The war on terror has resulted in the gradual erosion of basic civil and human rights in the name of security. The latest casualty in Australia is Mohamed Kamer Nizamdeen, a 25-year-old PhD student, who was locked up in solitary confinement in a high-security prison for four weeks on the flimsiest of evidence.

Nizamdeen has now returned home to Sri Lanka, where he told a press conference that his life has been “shattered” and his future “clearly ruined”.

Nizamdeen was charged with making a document connected to the preparation of a terrorist act. The sole piece of evidence was a notebook found in his workplace desk at the University of New South Wales. Despite denying the handwriting in the notebook was his, and the fact Nizamdeen had not used the office space for a month, he was arrested, deprived of access to a lawyer for six days and denied communication with his family for a month.

He was also classified as an “AA extreme high risk restricted” inmate, the highest classification under NSW’s corrective services system.

Mick Sheehy, NSW police’s detective acting superintendent, told the media that Nizamdeen had “affiliated” with ISIS, but less than two months later, the charges were dropped.

How a Sri Lankan student's arrest on terror charges exposes a system built to suspect minorities Mohamed Kamer Nizamdeen has called the AFP investigation ‘irresponsible’ and ‘biased’. LinkedIn

How ‘extremist identities’ become motive

Nizamdeen was not released because he was proven innocent. He was released because the system could not prove him guilty. This is the logic of how counter-terrorism policing and the law works against Muslims and people of colour who are policed as suspect communities.

Under the law, one of the criteria of a terrorist act is:

it intends to coerce or influence the public or any government by intimidation to advance a political, religious or ideological cause.

In her book Traces of Terror, Victoria Sentas, a counter-terrorism law expert, argues that:

the requirement for an accused to advance a political, religious or ideological cause formally introduces a motive element to terrorism offences.

A person can also be convicted of preparing to carry out a terrorist act even without proof that he or she intended to commit such an offence. The prosecution only needs to prove motive – and in the context of the war on terror, proof of a Muslim “extremist identity” becomes evidence of motive.

This is why Nizamdeen’s belongings, such as his computer, mobile phone and residence were searched for evidence of extremist ideology. (None was found.)

Far-right extremists not treated the same

Those who have followed Australia’s unprecedented expansion of counter-terrorism laws, preventative detention and control orders, and intelligence, security and law enforcement powers will not be surprised by the travesty of justice suffered by Nizamdeen.

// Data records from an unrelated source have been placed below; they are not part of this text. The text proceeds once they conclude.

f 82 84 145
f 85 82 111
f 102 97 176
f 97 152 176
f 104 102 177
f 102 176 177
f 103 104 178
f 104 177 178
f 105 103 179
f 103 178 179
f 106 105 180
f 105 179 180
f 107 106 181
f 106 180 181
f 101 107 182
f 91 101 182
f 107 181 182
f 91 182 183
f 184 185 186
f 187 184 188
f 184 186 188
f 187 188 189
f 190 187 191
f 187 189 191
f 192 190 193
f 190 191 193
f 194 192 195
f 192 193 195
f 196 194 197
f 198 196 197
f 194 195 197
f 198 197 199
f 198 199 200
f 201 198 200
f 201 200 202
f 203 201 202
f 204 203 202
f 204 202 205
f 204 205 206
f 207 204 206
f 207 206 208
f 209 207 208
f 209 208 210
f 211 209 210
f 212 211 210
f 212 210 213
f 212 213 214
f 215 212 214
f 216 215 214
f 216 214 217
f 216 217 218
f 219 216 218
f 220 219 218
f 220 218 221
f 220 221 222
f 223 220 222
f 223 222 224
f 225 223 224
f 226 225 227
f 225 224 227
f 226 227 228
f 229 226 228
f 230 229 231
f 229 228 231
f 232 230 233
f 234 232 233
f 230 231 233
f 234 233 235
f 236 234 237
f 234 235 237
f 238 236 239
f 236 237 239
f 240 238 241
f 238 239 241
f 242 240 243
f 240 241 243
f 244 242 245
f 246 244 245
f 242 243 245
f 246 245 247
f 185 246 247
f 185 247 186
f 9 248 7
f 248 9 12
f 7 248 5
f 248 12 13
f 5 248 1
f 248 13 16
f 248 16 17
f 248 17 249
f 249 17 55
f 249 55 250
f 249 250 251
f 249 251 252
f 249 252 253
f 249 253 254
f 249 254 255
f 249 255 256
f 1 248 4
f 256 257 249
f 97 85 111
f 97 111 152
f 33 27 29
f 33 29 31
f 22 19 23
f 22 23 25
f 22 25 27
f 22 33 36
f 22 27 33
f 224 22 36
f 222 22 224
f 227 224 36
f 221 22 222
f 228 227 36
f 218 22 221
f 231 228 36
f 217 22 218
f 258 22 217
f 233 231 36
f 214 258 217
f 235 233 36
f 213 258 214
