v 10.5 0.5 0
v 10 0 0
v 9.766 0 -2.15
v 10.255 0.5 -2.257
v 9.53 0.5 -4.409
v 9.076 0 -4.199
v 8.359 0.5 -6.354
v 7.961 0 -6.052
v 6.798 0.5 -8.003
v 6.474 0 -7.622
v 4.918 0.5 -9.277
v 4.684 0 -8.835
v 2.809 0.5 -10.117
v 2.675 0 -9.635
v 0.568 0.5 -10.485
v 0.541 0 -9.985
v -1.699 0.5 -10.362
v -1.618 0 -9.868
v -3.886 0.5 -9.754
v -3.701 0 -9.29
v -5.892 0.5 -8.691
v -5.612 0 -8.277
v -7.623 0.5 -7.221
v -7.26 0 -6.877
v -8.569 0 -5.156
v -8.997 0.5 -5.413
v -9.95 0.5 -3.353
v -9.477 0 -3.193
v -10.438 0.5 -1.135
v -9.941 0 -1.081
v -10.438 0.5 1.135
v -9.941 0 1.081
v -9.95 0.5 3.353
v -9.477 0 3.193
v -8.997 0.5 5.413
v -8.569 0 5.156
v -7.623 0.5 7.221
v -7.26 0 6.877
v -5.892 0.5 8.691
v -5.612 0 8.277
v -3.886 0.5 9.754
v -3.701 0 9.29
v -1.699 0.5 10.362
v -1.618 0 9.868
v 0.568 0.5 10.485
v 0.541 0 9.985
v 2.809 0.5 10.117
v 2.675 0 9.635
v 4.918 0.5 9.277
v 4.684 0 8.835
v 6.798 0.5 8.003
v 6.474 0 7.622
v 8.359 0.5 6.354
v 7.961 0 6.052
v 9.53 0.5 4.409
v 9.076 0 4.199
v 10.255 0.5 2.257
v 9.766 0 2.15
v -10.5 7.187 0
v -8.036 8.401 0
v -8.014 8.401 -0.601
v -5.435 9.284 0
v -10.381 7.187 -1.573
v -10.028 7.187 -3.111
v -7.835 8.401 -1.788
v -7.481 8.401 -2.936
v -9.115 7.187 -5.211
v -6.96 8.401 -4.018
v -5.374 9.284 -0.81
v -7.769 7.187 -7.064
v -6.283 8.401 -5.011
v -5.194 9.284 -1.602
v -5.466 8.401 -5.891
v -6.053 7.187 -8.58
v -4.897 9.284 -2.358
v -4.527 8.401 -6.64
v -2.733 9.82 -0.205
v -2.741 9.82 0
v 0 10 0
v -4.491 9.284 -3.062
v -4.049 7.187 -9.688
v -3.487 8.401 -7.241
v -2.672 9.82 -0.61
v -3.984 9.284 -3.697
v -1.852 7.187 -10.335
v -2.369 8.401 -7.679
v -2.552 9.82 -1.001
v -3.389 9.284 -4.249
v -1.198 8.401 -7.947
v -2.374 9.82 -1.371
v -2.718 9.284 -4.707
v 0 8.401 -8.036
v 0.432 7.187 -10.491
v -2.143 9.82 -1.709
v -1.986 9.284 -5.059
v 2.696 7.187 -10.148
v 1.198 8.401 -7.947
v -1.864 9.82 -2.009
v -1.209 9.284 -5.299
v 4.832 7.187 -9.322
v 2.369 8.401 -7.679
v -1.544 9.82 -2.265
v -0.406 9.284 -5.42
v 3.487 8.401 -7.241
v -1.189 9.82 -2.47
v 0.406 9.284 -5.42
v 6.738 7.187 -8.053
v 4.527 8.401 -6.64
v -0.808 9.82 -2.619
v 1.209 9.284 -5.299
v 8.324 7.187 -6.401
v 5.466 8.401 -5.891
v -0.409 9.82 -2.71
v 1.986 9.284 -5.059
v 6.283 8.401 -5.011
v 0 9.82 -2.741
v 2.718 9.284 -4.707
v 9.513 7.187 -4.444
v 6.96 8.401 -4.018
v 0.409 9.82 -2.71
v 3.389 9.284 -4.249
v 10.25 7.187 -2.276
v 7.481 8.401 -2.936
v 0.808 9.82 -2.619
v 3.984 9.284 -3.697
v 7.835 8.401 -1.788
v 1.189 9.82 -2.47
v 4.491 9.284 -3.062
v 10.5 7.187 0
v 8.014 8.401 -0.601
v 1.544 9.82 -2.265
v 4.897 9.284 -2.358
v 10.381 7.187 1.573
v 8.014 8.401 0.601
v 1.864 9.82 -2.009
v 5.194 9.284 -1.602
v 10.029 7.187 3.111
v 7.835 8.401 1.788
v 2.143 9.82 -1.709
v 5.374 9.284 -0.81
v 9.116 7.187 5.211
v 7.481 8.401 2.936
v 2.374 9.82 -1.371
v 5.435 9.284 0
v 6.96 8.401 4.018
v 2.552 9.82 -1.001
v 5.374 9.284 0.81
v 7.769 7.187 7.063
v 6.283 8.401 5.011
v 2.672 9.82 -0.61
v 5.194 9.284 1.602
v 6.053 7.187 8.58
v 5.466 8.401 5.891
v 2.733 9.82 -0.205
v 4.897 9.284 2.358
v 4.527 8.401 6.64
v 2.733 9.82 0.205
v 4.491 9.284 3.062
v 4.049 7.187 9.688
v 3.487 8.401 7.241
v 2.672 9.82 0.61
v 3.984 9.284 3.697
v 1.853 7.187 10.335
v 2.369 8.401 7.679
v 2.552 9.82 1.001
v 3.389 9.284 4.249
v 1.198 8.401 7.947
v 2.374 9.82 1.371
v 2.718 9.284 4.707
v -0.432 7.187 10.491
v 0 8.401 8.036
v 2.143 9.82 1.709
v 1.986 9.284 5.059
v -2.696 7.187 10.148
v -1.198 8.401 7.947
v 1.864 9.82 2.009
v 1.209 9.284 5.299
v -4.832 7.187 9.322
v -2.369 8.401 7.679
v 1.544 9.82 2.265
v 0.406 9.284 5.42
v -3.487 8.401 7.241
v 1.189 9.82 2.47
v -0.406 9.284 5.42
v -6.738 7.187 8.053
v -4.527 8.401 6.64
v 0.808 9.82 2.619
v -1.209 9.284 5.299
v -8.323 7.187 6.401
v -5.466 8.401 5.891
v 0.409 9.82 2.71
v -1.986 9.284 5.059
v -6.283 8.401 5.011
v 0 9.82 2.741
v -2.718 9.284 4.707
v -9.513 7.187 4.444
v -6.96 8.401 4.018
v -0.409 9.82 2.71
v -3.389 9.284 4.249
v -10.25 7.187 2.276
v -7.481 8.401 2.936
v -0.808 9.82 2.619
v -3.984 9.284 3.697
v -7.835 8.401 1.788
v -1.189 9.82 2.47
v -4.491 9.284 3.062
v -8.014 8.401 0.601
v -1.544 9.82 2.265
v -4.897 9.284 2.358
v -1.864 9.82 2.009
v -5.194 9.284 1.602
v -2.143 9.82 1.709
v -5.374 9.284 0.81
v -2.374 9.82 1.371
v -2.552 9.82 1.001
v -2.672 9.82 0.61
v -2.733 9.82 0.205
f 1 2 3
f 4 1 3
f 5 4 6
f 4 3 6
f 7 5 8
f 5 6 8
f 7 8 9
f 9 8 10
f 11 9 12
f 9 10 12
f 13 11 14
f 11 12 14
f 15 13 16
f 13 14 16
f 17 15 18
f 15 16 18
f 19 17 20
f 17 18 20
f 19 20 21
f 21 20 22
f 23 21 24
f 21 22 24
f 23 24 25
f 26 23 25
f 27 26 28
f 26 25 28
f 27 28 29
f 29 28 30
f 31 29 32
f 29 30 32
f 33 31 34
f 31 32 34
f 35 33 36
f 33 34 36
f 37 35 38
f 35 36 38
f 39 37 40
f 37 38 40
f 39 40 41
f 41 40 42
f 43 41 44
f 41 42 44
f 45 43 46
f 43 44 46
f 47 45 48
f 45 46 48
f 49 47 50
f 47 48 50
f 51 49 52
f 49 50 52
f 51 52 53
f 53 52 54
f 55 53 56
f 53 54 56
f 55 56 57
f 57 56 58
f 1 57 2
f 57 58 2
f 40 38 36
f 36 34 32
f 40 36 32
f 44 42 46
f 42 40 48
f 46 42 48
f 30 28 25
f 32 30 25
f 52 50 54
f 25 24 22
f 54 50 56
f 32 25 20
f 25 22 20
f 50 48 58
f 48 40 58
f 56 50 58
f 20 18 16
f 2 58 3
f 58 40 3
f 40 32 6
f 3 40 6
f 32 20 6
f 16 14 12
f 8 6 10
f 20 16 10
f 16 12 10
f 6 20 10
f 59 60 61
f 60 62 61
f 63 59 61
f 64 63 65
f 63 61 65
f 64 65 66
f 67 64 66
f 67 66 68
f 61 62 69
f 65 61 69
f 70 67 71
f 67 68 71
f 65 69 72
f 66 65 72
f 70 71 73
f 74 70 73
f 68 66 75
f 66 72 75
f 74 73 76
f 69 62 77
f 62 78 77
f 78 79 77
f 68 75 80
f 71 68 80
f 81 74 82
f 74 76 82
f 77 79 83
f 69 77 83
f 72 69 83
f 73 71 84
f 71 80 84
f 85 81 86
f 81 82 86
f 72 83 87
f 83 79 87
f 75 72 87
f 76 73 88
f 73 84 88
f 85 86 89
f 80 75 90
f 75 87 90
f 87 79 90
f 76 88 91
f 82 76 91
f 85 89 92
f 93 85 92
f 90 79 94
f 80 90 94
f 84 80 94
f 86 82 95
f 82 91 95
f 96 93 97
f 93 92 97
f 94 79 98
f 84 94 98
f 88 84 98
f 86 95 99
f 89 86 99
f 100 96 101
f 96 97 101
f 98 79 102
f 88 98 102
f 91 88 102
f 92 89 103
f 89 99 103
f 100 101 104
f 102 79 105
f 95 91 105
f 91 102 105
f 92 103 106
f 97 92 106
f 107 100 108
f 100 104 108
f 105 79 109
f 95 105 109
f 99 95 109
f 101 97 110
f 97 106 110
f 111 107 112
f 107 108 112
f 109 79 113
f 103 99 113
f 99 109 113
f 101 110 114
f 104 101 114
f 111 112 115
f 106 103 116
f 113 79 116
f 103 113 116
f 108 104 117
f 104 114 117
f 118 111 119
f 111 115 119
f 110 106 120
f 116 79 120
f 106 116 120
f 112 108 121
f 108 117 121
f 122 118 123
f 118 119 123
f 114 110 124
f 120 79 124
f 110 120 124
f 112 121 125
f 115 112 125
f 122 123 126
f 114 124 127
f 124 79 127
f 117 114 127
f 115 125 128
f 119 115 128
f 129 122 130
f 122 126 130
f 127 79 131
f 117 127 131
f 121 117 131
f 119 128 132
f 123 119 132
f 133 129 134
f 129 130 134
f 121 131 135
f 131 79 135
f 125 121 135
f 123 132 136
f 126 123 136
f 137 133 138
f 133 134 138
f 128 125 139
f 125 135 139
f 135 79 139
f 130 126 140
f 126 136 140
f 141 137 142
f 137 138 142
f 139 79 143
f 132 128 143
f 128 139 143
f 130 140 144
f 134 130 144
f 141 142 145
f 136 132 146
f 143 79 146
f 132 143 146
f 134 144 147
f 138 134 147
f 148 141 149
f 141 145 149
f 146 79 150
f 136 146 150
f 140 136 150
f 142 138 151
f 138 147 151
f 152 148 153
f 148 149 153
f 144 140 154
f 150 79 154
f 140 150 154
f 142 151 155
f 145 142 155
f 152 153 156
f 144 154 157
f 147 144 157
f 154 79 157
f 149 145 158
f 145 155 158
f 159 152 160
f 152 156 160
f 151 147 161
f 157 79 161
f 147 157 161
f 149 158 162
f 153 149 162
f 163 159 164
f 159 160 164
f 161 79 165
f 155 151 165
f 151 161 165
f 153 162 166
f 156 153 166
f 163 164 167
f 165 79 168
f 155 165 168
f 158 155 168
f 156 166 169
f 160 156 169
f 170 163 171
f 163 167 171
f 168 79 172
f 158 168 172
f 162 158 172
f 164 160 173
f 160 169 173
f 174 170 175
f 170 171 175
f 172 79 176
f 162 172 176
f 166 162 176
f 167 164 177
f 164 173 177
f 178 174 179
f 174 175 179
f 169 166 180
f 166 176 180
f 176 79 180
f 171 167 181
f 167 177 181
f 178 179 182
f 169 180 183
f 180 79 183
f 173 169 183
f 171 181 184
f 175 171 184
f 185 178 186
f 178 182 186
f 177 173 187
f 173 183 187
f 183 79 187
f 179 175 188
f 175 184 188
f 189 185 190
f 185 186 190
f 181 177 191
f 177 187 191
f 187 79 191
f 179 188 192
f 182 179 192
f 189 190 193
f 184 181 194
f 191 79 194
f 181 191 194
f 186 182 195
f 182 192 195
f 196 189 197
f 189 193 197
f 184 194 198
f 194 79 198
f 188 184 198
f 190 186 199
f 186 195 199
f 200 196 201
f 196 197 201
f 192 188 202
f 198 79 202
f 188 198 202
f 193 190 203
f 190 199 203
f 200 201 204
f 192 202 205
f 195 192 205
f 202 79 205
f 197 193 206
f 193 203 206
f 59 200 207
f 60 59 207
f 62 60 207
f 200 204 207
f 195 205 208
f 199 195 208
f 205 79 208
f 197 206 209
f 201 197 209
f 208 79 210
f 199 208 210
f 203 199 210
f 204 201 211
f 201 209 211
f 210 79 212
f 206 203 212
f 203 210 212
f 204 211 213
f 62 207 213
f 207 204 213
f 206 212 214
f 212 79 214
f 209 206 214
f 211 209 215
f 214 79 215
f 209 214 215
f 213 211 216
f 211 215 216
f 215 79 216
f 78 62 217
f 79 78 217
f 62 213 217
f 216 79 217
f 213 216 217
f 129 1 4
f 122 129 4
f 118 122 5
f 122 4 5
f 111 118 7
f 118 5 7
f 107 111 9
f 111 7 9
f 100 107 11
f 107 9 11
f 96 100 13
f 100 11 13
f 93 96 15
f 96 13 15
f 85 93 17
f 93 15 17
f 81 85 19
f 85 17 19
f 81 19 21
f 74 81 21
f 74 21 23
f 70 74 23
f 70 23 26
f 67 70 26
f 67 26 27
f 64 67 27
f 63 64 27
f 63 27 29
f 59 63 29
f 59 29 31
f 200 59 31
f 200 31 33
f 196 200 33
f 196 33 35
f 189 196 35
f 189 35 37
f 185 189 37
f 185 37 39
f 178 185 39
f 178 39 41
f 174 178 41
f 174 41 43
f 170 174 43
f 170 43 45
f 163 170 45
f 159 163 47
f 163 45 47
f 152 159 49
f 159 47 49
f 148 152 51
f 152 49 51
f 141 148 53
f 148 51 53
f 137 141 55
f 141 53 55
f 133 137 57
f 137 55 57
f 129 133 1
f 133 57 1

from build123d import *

# Parameters (mm, degrees)
SKETCH2_R               = 21
SKETCH2_R_2             = 10.5
CUT_EXTRUDE1_DEPTH      = 11
CUT_EXTRUDE1_DEPTH_BACK = 12
SKETCH2_5_R             = 10.5
CUT_EXTRUDE2_DEPTH      = 12
CHAMFER1_SIZE           = 0.5


with BuildPart() as part:
    # Sketch1 → Revolve1 (revolve)
    with BuildSketch(Plane.XY):
        with BuildLine():
            Line((0, 10), (0, -11))
            Line((0, -11), (-21, -11))
            ThreePointArc((-21, -11), (-14.849242405, 3.849242405), (0, 10))
        make_face()
    revolve(axis=Axis((0, 10, 0), (0, -1, 0)))

    # Sketch2 → Cut-Extrude1 (cut, two sides)
    with BuildSketch(Plane(origin=(0, 0, 0), x_dir=(1, 0, 0), z_dir=(0, 1, 0))) as cut_extrude1_sk:
        Circle(SKETCH2_R)
        Circle(SKETCH2_R_2, mode=Mode.SUBTRACT)
    extrude(amount=CUT_EXTRUDE1_DEPTH, mode=Mode.SUBTRACT)
    extrude(cut_extrude1_sk.sketch, amount=-CUT_EXTRUDE1_DEPTH_BACK, mode=Mode.SUBTRACT)

    # Sketch2<5> → Cut-Extrude2 (cut, through all)
    with BuildSketch(Plane(origin=(0, 0, 0), x_dir=(1, 0, 0), z_dir=(0, 1, 0))):
        Circle(SKETCH2_5_R)
    extrude(amount=-CUT_EXTRUDE2_DEPTH, mode=Mode.SUBTRACT)

    # Chamfer1
    chamfer1_edges = [part.edges().sort_by_distance(p)[0] for p in [
        (-10.5, 0, 0),
    ]]
    chamfer(chamfer1_edges, length=CHAMFER1_SIZE)


solid = part.part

It has always been the case that the biggest casualties of counter-terrorism laws and policing practices are racialised minorities. Years of law reform, policy frameworks, political rhetoric and community partnerships have normalised the perception that Muslims and “ethnic” people, particularly young people, are part of a suspect community.

Despite the mainstreaming of white nationalist voices and the normalisation of far-right extremist rhetoric in recent years, Muslims and people of colour are still considered the preeminent threat to national security in the war on terror.

Read more: New laws make loss of citizenship a counter-terrorism tool

The 2014 case of convicted firebomber Daniel Fing is a case in point. Fing was caught with more than a notebook in an office desk – he had a stockpile of explosive materials and maps of targets in Sydney and Newcastle.

Police believed he was plotting a mass attack on the two cities. But not only was Fing not charged with any terrorism-related offences, NSW police “strongly reassured” the public that the plot had “absolutely no links to terrorism”. Then-Prime Minister Tony Abbott also remarked:

There are all sorts of people who do all sorts of weird and, at times, pretty dangerous things. But I haven’t been advised of any potential terrorist threat in respect of this particular issue.

How a Sri Lankan student's arrest on terror charges exposes a system built to suspect minorities Mohamed Kamer Nizamdeen’s lawyer, Moustafa Kheir (centre), has called the jailing of the Sri Lankan student in a Supermax prison ‘unforgivable’. Erik Anderson/AAP

A normalisation of racialised policies

The construction of Muslims and people of colour as “suspect communities” relies on a system that considers them the natural objects of counter-terrorism and countering violent extremism work. This normalises and justifies enhanced social controls and state power over minorities in the name of national security.

As such, a person like Nizamdeen becomes justified collateral damage in the “greater fight against terror”. Policymakers have also used this rationale to justify the curtailing of personal freedoms.

This is what led to the extension of control orders to children as young as 14 and the imprisonment of Junaid Thorne with an AA classification in Goulburn’s high-security facility for the crime of booking airline tickets under the fake name of Prince Bhopal.

We have seen arrests based on spurious evidence (Muhamed Haneef) and police misconduct (Izhar ul-Haque). Our televisions and social media feeds feature sensationalised home raids in Sydney neighbourhoods reported to be “incubators of terrorism”, where police seize “weapons” that are later discovered to be plastic swords and home-made fly swatters.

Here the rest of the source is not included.